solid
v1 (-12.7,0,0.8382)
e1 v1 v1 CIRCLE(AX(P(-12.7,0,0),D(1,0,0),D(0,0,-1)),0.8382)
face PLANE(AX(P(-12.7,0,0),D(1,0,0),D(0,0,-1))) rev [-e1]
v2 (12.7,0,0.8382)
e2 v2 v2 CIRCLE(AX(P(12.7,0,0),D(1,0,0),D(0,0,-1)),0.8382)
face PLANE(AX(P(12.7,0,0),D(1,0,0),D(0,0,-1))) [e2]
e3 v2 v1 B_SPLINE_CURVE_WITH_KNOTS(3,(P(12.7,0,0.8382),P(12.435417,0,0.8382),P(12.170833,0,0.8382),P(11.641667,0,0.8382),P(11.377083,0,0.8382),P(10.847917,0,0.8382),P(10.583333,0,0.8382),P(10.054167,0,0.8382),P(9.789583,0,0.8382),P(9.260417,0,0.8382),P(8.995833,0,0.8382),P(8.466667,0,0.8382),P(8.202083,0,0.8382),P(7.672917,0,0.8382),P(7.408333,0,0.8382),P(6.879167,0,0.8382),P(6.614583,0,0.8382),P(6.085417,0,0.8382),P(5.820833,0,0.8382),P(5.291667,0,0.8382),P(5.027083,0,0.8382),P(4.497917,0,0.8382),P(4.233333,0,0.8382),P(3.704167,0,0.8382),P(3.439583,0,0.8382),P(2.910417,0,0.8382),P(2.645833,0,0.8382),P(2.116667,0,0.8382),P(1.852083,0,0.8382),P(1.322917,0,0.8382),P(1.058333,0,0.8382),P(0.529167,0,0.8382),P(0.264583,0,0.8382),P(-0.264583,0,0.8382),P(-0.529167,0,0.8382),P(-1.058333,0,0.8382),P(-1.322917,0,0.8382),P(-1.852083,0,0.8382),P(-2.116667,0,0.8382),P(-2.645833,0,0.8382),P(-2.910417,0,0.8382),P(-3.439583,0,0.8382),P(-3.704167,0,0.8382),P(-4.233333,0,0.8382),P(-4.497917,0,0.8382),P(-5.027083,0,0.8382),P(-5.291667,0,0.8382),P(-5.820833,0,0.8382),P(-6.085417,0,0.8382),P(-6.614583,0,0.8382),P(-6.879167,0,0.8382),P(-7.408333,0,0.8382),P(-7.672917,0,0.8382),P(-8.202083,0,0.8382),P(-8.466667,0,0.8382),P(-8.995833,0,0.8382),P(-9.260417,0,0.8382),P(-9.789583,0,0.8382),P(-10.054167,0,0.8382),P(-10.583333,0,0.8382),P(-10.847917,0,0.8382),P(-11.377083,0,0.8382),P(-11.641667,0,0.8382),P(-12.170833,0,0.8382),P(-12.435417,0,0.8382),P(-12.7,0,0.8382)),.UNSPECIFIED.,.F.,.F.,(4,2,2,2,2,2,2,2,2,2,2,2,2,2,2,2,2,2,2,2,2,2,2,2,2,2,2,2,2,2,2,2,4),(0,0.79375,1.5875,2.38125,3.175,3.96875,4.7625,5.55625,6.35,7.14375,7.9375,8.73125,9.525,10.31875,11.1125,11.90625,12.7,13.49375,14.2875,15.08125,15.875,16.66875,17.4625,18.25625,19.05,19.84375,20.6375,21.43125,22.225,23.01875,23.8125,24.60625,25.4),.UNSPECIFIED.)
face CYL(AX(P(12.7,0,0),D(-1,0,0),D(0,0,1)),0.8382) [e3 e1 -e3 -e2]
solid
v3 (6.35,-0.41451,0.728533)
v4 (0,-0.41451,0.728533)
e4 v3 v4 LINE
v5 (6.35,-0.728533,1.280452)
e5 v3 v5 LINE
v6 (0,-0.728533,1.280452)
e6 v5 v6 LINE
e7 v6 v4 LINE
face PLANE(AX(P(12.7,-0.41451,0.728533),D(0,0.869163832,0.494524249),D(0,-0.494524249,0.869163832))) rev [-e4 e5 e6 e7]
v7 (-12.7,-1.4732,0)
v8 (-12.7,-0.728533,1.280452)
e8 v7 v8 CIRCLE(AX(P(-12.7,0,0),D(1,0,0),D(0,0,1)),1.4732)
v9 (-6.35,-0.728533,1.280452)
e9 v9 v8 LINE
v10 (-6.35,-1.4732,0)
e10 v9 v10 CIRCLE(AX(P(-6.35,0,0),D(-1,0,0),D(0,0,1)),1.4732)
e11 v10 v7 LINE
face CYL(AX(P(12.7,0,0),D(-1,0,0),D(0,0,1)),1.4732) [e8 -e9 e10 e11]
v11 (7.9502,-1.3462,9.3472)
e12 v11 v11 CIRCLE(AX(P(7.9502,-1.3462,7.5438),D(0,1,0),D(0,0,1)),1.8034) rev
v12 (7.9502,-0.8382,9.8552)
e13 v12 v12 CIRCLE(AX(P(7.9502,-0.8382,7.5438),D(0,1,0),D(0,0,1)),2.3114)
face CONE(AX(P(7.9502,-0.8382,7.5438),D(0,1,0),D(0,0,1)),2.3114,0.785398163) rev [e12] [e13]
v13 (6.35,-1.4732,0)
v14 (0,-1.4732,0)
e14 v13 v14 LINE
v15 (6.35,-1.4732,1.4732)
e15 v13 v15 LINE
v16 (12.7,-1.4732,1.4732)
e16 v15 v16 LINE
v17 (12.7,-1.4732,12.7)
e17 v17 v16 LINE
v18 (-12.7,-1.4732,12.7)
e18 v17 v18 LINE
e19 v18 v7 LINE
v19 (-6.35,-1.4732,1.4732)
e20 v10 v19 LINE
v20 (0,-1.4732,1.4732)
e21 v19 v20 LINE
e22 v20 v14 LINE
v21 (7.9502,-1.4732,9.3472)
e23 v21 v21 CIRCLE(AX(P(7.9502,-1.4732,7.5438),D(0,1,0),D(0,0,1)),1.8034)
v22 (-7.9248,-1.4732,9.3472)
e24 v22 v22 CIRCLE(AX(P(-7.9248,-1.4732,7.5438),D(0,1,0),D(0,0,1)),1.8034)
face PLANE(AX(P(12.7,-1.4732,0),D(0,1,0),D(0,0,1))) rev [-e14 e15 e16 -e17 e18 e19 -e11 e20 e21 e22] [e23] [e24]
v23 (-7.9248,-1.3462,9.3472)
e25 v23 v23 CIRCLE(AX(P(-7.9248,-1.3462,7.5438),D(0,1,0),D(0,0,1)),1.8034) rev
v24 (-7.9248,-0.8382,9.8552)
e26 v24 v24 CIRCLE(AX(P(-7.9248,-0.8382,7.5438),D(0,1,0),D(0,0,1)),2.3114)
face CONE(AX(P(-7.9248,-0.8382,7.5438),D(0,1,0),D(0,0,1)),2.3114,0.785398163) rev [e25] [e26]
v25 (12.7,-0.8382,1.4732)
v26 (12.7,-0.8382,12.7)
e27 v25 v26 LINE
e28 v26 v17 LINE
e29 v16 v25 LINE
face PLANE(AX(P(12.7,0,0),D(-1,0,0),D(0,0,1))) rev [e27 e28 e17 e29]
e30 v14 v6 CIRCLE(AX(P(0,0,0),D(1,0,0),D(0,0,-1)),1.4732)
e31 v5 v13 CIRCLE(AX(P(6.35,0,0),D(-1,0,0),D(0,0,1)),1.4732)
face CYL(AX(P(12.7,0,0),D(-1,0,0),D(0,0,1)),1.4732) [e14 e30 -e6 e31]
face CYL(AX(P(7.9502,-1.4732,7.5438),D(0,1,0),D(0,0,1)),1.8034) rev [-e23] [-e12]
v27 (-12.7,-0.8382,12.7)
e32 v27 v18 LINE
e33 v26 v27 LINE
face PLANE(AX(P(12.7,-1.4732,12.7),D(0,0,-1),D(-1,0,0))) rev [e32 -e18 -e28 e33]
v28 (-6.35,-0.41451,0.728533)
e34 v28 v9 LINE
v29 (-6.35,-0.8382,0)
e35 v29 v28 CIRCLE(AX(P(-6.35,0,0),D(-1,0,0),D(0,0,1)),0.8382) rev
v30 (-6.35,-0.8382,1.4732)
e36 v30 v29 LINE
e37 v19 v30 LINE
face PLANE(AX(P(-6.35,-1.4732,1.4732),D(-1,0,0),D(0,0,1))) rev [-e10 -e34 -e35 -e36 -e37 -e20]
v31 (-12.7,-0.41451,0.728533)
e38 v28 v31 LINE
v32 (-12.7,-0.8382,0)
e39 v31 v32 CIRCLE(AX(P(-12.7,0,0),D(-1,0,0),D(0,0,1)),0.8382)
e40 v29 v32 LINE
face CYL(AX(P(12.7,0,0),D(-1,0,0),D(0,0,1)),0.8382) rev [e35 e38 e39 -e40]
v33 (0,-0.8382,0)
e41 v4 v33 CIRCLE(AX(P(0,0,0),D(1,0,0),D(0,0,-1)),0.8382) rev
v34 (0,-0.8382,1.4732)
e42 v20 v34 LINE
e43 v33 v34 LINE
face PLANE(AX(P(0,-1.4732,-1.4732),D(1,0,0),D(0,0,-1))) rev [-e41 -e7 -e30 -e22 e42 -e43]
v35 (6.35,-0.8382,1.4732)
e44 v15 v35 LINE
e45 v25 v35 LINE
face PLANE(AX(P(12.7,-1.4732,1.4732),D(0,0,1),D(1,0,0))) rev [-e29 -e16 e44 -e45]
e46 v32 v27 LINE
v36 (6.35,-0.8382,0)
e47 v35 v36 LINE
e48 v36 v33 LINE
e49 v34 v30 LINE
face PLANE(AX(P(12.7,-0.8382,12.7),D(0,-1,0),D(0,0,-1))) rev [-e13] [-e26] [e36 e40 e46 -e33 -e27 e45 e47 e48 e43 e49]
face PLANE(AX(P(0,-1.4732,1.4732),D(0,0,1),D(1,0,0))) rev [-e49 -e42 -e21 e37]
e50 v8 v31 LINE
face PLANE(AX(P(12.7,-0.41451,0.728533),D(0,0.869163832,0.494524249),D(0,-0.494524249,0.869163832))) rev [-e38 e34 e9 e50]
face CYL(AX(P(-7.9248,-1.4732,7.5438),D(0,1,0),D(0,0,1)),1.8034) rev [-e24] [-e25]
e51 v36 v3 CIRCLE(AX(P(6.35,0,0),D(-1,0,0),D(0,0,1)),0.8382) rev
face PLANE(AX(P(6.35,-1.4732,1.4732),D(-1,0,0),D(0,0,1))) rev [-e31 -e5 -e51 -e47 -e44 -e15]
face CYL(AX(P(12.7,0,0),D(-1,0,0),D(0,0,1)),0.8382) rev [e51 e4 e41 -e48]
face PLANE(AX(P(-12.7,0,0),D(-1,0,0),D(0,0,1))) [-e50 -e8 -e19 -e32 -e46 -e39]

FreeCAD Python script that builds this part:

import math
import FreeCAD as App
import Part
import Sketcher
Q = App.Units.Quantity

doc = App.newDocument("Part")
body = doc.addObject("PartDesign::Body", "Body")

# Sketch on YZ plane
sketch1 = body.newObject("Sketcher::SketchObject", "Sketch")
sketch1.AttachmentSupport = (doc.getObject("YZ_Plane"), [""])
sketch1.MapMode = "FlatFace"
sketch1.addGeometry([
    Part.LineSegment(App.Vector(-1.5, 12.7, 0), App.Vector(-1.5, 0, 0)),  # 0
    Part.ArcOfCircle(Part.Circle(App.Vector(0, 0, 0), App.Vector(0, 0, 1), 1.5), math.radians(180), math.radians(480)),  # 1
    Part.LineSegment(App.Vector(-0.7, 1.3, 0), App.Vector(-0.4, 0.7, 0)),  # 2
    Part.ArcOfCircle(Part.Circle(App.Vector(0, 0, 0), App.Vector(0, 0, 1), 0.8), math.radians(180), math.radians(480)),  # 3
    Part.LineSegment(App.Vector(-0.8, 0, 0), App.Vector(-0.8, 12.7, 0)),  # 4
    Part.LineSegment(App.Vector(-0.8, 12.7, 0), App.Vector(-1.5, 12.7, 0)),  # 5
], False)
sketch1.addConstraint([
    Sketcher.Constraint("Tangent", 0, 2, 1, 1),
    Sketcher.Constraint("Coincident", 1, 2, 2, 1),
    Sketcher.Constraint("Coincident", 2, 2, 3, 2),
    Sketcher.Constraint("Tangent", 3, 1, 4, 1),
    Sketcher.Constraint("Coincident", 4, 2, 5, 1),
    Sketcher.Constraint("Coincident", 5, 2, 0, 1),
    Sketcher.Constraint("Vertical", 0),
    Sketcher.Constraint("Vertical", 4),
    Sketcher.Constraint("Horizontal", 5),
    Sketcher.Constraint("Coincident", 1, 3, -1, 1),
    Sketcher.Constraint("Coincident", 3, 3, -1, 1),
    Sketcher.Constraint("DistanceY", 0, 2, 0, 1, Q("0.5 in")),
    Sketcher.Constraint("Radius", 1, Q("0.058 in")),
    Sketcher.Constraint("Radius", 3, Q("0.033 in")),
    Sketcher.Constraint("DistanceX", 2, 2, -1, 1, Q("0.41451 mm")),
    Sketcher.Constraint("DistanceY", 2, 2, 1, 2, Q("0.551919 mm")),
])
pad1 = body.newObject("PartDesign::Pad", "Pad")
pad1.Profile = sketch1
pad1.Length = Q("1 in")
pad1.Midplane = True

● ● ● ● ● ● ●

_PROBLEM DETAILS_
Looking at the data above, write out exactly the lines that start at the one containing "v32 (-12.7,-0.8382,0)" and end at the one containing "e51 v36 v3 CIRCLE(AX(P(6.35,0,0),D(-1,0,0),D(0,0,1)),0.8382)"; include both and nothing beyond.

_SOLUTION FOR THIS EXERCISE_
v32 (-12.7,-0.8382,0)
e39 v31 v32 CIRCLE(AX(P(-12.7,0,0),D(-1,0,0),D(0,0,1)),0.8382)
e40 v29 v32 LINE
face CYL(AX(P(12.7,0,0),D(-1,0,0),D(0,0,1)),0.8382) rev [e35 e38 e39 -e40]
v33 (0,-0.8382,0)
e41 v4 v33 CIRCLE(AX(P(0,0,0),D(1,0,0),D(0,0,-1)),0.8382) rev
v34 (0,-0.8382,1.4732)
e42 v20 v34 LINE
e43 v33 v34 LINE
face PLANE(AX(P(0,-1.4732,-1.4732),D(1,0,0),D(0,0,-1))) rev [-e41 -e7 -e30 -e22 e42 -e43]
v35 (6.35,-0.8382,1.4732)
e44 v15 v35 LINE
e45 v25 v35 LINE
face PLANE(AX(P(12.7,-1.4732,1.4732),D(0,0,1),D(1,0,0))) rev [-e29 -e16 e44 -e45]
e46 v32 v27 LINE
v36 (6.35,-0.8382,0)
e47 v35 v36 LINE
e48 v36 v33 LINE
e49 v34 v30 LINE
face PLANE(AX(P(12.7,-0.8382,12.7),D(0,-1,0),D(0,0,-1))) rev [-e13] [-e26] [e36 e40 e46 -e33 -e27 e45 e47 e48 e43 e49]
face PLANE(AX(P(0,-1.4732,1.4732),D(0,0,1),D(1,0,0))) rev [-e49 -e42 -e21 e37]
e50 v8 v31 LINE
face PLANE(AX(P(12.7,-0.41451,0.728533),D(0,0.869163832,0.494524249),D(0,-0.494524249,0.869163832))) rev [-e38 e34 e9 e50]
face CYL(AX(P(-7.9248,-1.4732,7.5438),D(0,1,0),D(0,0,1)),1.8034) rev [-e24] [-e25]
e51 v36 v3 CIRCLE(AX(P(6.35,0,0),D(-1,0,0),D(0,0,1)),0.8382) rev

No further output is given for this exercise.